I'm currently working on a search engine. I do it with php / mongodb.
The new feature Full Text Search does quite well a big part of the job, but I have a situation.
Here is an example:
I search "Pizza -restaurant"
(I'm french, but the words are transparents)
With the negative terms, there is a lot of documents with "restaurant" that are removed.
But there is still 3 or 4 documents with "restaurant" inside.
In these documents, "restaurant" is like any other words. It's separated with space, with no special character. It written in upper-case. (But the upper-case seems not to be the reason)
If it helps, the debug string is "[queryDebugString] => pizza||restaur||||"

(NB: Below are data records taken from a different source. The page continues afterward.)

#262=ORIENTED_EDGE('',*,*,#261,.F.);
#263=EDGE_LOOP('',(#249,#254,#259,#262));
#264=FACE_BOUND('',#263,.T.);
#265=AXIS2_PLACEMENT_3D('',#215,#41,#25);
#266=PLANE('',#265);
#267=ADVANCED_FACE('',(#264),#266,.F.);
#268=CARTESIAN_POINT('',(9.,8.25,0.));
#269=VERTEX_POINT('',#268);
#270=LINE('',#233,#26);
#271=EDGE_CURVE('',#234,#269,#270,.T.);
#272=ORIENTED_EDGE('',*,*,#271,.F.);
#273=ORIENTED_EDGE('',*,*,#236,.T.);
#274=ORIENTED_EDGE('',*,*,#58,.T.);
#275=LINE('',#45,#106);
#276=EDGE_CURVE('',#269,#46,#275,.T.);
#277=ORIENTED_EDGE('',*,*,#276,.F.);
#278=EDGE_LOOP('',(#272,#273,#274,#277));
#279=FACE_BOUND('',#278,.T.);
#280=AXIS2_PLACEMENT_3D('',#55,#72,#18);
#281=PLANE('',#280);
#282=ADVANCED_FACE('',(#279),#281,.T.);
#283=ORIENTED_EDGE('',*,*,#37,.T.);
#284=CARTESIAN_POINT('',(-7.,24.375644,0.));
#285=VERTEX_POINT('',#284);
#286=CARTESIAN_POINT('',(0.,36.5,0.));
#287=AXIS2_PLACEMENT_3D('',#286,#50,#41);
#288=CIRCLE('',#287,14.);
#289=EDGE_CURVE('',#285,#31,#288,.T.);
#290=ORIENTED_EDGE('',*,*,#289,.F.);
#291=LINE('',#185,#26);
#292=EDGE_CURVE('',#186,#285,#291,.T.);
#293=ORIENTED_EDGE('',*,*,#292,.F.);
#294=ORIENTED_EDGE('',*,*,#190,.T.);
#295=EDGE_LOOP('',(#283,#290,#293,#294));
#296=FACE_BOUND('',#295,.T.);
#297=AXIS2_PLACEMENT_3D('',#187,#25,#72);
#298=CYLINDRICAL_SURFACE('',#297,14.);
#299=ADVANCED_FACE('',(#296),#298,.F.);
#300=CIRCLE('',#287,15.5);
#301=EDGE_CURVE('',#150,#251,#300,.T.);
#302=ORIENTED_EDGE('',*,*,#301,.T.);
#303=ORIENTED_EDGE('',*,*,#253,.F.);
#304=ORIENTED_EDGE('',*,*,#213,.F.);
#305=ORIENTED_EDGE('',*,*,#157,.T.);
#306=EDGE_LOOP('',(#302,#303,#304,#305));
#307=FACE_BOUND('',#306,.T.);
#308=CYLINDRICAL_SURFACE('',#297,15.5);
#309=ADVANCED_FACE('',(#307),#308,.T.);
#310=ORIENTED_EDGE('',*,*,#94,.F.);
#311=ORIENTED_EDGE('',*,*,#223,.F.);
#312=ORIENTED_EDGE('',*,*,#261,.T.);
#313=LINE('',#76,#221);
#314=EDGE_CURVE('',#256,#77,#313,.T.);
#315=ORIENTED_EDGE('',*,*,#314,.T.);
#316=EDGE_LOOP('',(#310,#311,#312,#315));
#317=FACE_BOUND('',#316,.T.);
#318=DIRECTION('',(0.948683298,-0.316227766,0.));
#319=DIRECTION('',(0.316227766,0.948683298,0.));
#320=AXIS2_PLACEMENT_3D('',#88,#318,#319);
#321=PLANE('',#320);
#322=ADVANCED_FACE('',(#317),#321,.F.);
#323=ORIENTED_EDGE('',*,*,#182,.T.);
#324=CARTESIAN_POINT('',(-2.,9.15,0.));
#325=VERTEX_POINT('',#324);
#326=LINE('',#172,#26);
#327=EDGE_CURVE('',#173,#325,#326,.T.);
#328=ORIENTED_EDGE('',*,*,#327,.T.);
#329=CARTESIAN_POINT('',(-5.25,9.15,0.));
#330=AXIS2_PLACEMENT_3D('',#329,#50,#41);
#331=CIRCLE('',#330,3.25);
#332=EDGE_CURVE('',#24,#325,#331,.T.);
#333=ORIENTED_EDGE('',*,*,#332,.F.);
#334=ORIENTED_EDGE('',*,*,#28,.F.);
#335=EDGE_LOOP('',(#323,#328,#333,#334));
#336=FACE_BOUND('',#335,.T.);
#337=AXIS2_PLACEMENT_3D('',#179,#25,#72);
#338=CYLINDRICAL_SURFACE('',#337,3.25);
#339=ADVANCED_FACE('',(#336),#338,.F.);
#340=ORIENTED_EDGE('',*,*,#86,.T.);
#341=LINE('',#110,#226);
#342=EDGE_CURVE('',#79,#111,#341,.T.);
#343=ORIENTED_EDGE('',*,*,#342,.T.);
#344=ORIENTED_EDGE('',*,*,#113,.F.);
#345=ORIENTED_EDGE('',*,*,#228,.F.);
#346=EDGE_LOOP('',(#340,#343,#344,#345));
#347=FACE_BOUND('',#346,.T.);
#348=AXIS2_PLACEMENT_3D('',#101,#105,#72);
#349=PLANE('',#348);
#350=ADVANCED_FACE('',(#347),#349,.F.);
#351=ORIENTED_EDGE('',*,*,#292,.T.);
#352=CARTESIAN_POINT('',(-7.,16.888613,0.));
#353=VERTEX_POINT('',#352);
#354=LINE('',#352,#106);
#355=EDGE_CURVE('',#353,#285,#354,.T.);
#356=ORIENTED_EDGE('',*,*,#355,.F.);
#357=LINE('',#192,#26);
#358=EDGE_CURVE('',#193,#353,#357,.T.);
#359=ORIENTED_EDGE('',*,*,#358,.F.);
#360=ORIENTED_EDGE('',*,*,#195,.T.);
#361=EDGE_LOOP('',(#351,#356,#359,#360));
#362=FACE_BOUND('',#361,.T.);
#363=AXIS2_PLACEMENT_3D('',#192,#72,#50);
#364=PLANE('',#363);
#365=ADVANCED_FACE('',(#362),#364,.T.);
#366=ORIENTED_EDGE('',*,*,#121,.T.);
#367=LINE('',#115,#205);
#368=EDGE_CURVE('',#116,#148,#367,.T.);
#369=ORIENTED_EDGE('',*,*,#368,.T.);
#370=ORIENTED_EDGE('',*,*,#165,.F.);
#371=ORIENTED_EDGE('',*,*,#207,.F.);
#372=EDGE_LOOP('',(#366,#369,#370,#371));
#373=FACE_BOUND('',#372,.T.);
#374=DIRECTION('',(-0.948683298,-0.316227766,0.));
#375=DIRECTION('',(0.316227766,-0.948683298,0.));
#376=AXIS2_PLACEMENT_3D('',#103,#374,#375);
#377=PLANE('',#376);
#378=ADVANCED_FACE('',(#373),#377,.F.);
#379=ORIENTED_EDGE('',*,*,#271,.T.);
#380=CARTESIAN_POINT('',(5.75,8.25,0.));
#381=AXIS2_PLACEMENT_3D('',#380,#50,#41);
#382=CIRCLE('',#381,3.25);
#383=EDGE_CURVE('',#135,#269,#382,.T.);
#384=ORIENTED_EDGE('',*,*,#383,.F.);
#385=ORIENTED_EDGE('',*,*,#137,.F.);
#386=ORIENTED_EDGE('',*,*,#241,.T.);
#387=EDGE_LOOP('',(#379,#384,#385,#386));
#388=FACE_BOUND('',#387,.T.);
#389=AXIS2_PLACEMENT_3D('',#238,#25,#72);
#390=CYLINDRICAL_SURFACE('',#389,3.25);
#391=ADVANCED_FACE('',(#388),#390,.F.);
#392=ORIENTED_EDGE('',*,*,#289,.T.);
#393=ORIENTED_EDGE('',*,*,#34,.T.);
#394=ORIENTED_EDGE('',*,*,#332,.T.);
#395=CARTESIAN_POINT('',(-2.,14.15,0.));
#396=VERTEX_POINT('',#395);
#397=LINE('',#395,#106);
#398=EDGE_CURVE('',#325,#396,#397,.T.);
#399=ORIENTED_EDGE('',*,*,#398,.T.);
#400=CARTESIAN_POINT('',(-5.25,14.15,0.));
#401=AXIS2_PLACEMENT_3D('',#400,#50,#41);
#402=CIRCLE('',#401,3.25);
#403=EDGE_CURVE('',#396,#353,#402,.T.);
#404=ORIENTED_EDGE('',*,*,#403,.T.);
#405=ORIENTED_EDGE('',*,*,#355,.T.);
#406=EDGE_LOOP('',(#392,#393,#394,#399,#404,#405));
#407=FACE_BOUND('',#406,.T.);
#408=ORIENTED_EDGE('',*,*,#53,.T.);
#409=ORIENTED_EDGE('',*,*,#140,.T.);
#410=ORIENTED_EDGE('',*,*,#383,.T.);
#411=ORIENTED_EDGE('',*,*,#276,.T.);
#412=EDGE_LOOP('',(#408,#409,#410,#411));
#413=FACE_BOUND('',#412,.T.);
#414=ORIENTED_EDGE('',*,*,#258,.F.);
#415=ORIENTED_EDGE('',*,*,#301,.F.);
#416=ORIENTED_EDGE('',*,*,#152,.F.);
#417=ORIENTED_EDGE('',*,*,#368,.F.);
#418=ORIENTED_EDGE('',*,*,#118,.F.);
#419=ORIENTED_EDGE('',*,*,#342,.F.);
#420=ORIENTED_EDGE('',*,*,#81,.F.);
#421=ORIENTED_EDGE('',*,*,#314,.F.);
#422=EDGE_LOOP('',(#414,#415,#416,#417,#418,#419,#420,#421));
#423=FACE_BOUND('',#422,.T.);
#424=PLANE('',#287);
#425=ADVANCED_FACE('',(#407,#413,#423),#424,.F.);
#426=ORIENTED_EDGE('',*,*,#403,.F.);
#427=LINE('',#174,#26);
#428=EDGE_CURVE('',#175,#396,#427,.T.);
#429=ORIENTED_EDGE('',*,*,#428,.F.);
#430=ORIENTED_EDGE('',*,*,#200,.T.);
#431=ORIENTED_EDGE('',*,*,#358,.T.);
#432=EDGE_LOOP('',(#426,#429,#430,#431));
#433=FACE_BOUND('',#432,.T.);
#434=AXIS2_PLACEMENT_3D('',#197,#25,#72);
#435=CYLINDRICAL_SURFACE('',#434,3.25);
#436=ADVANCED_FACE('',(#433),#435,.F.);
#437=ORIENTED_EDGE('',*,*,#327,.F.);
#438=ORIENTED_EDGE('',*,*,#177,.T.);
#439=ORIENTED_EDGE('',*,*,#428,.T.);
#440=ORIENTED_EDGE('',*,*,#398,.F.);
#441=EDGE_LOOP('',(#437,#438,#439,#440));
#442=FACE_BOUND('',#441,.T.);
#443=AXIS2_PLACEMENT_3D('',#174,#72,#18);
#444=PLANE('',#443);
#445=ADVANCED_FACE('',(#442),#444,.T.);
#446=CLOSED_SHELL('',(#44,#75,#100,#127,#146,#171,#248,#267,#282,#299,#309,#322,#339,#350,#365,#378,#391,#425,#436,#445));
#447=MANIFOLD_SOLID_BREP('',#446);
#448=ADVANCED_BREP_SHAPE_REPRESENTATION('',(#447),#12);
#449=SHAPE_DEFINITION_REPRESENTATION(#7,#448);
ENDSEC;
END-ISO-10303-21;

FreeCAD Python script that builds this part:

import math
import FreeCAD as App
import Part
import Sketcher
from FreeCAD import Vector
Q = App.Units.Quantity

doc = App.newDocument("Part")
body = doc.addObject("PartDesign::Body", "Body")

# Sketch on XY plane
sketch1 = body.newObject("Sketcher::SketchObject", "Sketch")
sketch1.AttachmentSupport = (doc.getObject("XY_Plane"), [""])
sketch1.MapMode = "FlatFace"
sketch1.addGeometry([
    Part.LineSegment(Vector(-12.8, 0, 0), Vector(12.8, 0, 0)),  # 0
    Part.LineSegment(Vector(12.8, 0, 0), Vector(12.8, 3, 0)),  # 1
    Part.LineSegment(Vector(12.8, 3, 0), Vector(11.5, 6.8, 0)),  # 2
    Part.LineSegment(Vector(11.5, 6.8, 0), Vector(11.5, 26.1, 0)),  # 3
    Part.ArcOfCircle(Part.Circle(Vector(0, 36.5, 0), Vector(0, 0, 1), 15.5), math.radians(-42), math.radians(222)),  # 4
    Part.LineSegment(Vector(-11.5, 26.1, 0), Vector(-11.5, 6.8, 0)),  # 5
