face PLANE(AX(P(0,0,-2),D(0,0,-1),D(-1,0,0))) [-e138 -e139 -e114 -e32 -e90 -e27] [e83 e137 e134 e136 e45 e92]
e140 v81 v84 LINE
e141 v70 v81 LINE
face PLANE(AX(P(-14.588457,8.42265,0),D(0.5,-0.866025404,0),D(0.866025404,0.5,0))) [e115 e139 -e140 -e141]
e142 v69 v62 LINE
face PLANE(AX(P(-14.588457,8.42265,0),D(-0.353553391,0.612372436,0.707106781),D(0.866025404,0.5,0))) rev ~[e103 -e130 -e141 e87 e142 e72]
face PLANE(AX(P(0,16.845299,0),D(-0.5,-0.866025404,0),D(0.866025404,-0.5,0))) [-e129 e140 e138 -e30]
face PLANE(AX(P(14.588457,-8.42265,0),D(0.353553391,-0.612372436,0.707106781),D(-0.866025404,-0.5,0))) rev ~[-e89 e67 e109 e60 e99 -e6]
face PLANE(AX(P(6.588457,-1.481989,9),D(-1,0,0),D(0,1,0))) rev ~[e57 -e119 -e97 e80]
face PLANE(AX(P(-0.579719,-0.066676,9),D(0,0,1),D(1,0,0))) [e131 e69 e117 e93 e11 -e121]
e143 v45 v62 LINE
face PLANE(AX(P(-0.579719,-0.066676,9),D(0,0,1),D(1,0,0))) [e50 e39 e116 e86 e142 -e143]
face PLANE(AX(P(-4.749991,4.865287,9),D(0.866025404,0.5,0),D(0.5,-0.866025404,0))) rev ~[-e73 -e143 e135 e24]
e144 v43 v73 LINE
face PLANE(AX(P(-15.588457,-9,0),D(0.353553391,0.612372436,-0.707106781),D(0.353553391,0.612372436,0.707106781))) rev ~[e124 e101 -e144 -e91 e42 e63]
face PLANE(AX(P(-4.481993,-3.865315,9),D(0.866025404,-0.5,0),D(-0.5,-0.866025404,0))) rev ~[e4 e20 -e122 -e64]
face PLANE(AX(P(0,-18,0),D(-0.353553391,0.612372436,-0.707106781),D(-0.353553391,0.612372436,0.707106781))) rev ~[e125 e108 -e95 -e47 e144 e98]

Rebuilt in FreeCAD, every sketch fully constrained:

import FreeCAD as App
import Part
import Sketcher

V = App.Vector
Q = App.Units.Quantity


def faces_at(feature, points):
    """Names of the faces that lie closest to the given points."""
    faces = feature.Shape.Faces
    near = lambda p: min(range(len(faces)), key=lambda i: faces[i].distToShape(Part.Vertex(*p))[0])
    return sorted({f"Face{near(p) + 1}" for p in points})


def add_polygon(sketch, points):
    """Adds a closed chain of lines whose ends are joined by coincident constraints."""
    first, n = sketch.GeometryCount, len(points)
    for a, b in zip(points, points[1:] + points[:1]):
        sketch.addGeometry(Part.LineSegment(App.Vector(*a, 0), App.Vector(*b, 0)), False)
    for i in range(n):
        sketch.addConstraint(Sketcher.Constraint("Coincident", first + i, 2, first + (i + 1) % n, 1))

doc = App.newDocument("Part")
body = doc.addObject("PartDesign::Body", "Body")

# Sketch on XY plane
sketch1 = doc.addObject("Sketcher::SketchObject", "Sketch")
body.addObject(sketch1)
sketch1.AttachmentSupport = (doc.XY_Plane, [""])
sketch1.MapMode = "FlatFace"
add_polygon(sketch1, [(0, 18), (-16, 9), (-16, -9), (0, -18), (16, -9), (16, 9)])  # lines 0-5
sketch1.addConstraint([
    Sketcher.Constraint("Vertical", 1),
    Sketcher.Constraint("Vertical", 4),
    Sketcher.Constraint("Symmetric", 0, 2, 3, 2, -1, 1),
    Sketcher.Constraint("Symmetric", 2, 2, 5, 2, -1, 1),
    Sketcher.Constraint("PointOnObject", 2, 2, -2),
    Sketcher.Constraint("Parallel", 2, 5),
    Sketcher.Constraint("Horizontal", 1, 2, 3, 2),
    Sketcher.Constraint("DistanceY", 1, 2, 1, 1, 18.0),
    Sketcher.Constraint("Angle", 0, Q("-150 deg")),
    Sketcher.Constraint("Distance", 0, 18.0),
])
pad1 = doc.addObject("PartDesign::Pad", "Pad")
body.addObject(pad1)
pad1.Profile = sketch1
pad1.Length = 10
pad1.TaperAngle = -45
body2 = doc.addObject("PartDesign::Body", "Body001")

And here is an example of a document that is not removed :
BAR - RESTAURANT LE ST MICHAL CAMPAGNARD, BAR - RESTAURANT LE ST MICHAL
or
HOTEL - RESTAURANT rd 1120 19460 auberge de la route Spécialités gastronomiques du terroir
Edit : Here is the command to do the search:
$result = $this->_dbLocal->command(
array(
'text' => 'boutique', //this is the name of the collection where we are searching
'search' => $q, //the string to search
// 'language' => 'french',
'limit' => 500,
)
);
EDIT : With some test, the negative terms works well with language: none
in the search and the index. But with language: none
, my search does not use stop words anymore, which were really useful ...
Is there any way to use stop words for everything but negative terms ? :/
Thank you for your time !
Gilles.
Cross-referencing this with the mongodb-user thread on the same issue. This was confirmed as a bug in SERVER-11994 and has since been fixed in 2.5.5 and the forthcoming 2.6 release.